━━━━━ The records ━━━━━
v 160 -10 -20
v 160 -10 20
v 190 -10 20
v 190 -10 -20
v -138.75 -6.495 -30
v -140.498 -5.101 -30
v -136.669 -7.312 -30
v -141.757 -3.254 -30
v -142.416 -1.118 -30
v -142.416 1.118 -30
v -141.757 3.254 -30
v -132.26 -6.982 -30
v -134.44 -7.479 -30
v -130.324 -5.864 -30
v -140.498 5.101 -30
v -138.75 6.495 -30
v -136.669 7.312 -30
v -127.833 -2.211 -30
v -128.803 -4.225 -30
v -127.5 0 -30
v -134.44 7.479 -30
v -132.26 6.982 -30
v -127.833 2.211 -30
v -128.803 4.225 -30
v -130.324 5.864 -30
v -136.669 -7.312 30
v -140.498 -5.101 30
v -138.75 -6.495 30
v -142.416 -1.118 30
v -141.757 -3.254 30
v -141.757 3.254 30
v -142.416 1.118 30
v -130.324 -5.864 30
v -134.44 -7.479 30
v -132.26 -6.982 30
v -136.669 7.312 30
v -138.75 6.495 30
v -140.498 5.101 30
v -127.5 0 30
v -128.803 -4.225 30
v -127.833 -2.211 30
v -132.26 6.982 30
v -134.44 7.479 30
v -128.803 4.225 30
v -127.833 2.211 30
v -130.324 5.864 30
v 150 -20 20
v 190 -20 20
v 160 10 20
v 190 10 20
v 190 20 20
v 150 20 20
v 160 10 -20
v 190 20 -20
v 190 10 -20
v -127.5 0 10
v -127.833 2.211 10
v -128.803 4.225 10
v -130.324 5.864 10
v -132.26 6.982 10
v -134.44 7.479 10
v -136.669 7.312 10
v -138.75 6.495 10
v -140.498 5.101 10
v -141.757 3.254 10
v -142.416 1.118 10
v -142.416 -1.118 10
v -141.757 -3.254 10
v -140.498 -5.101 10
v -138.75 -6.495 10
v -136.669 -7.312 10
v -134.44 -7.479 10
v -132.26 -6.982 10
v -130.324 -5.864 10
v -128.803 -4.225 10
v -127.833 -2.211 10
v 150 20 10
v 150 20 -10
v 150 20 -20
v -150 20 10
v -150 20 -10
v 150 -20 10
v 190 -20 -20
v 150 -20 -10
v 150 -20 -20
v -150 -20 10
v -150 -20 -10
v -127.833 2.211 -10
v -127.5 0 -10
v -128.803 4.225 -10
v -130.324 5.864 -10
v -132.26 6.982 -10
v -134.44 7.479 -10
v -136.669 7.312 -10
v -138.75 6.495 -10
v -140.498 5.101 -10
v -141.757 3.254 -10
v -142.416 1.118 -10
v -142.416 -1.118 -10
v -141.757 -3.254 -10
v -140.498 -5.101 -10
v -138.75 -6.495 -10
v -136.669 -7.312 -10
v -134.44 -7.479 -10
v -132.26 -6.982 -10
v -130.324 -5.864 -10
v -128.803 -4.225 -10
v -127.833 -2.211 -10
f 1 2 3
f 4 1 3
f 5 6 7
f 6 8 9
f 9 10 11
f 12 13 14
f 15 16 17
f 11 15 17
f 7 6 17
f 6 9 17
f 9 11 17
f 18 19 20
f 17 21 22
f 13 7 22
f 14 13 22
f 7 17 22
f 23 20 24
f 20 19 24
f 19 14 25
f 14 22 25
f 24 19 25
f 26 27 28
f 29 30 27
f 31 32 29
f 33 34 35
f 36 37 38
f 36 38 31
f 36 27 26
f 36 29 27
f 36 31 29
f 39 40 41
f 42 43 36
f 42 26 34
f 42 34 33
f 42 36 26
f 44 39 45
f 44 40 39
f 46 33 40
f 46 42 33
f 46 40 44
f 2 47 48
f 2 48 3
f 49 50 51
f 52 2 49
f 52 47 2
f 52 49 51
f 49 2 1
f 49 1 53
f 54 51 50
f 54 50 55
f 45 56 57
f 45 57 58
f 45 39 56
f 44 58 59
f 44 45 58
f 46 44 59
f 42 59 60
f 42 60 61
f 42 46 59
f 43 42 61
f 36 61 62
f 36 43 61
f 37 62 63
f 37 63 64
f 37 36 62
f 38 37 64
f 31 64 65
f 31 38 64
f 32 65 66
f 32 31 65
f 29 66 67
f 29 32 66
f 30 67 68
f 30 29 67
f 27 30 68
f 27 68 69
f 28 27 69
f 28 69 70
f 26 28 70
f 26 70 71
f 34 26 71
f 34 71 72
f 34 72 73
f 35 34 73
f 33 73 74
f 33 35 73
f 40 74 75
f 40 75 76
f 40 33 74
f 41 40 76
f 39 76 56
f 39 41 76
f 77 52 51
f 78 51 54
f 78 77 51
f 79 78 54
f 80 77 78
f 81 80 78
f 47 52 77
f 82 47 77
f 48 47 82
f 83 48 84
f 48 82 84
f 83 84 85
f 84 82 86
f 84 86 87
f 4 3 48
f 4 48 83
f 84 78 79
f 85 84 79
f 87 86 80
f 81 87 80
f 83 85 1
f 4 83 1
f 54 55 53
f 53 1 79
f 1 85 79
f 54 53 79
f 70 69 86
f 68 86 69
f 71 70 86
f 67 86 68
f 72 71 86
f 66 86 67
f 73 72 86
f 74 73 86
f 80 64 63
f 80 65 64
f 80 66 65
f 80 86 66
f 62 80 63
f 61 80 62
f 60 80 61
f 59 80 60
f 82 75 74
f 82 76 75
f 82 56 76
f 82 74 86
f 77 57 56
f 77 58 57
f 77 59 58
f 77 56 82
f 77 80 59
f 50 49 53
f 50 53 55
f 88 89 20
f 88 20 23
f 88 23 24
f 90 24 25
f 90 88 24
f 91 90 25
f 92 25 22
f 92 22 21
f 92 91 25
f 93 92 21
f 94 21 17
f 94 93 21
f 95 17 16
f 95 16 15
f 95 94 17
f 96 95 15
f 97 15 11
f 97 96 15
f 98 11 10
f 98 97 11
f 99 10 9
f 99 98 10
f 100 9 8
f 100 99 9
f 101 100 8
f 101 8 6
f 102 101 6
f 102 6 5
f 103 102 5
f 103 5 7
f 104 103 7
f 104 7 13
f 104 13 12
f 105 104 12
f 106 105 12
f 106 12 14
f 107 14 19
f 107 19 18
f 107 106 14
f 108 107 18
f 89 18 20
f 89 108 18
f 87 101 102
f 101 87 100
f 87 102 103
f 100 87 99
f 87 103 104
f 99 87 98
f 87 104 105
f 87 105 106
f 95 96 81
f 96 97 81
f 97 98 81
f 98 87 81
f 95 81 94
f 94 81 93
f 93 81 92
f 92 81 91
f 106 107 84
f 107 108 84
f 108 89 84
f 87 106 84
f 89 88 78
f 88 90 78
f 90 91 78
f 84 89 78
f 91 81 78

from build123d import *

# Parameters (mm, degrees)
SKETCH1_W           = 300
SKETCH1_H           = 40
BOSS_EXTRUDE1_DEPTH = 10
SKETCH2_R           = 7.5
BOSS_EXTRUDE2_DEPTH = 30
SKETCH3_W           = 40
SKETCH3_H           = 40
BOSS_EXTRUDE3_DEPTH = 40
SKETCH4_W           = 60
SKETCH4_H           = 20
CUT_EXTRUDE1_DEPTH  = 58


with BuildPart() as part:
    # Sketch1 → Boss-Extrude1 (new, symmetric)
    with BuildSketch(Plane.XY):
        Rectangle(SKETCH1_W, SKETCH1_H)
    extrude(amount=BOSS_EXTRUDE1_DEPTH, both=True)

    # Sketch2 → Boss-Extrude2 (add, symmetric)
    with BuildSketch(Plane.XY):
        with Locations((-135, 0)):
            Circle(SKETCH2_R)
    extrude(amount=BOSS_EXTRUDE2_DEPTH, both=True)

    # Sketch3 → Boss-Extrude3 (add)
    with BuildSketch(Plane(origin=(150, 0, 0), x_dir=(0, 0, -1), z_dir=(1, 0, 0))):
        Rectangle(SKETCH3_W, SKETCH3_H)
    extrude(amount=BOSS_EXTRUDE3_DEPTH)

    # Sketch4 → Cut-Extrude1 (cut)
    with BuildSketch(Plane.XY.offset(20)):
        with Locations((190, 0)):
            Rectangle(SKETCH4_W, SKETCH4_H)
    extrude(amount=-CUT_EXTRUDE1_DEPTH, mode=Mode.SUBTRACT)


solid = part.part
━━━━━
» What you need to do:
Your output must be the lines of the material above, from the first through the line that contains "v -128.803 -4.225 -30", copied exactly. Include both endpoints and nothing else.

» Answer for the task:
v 160 -10 -20
v 160 -10 20
v 190 -10 20
v 190 -10 -20
v -138.75 -6.495 -30
v -140.498 -5.101 -30
v -136.669 -7.312 -30
v -141.757 -3.254 -30
v -142.416 -1.118 -30
v -142.416 1.118 -30
v -141.757 3.254 -30
v -132.26 -6.982 -30
v -134.44 -7.479 -30
v -130.324 -5.864 -30
v -140.498 5.101 -30
v -138.75 6.495 -30
v -136.669 7.312 -30
v -127.833 -2.211 -30
v -128.803 -4.225 -30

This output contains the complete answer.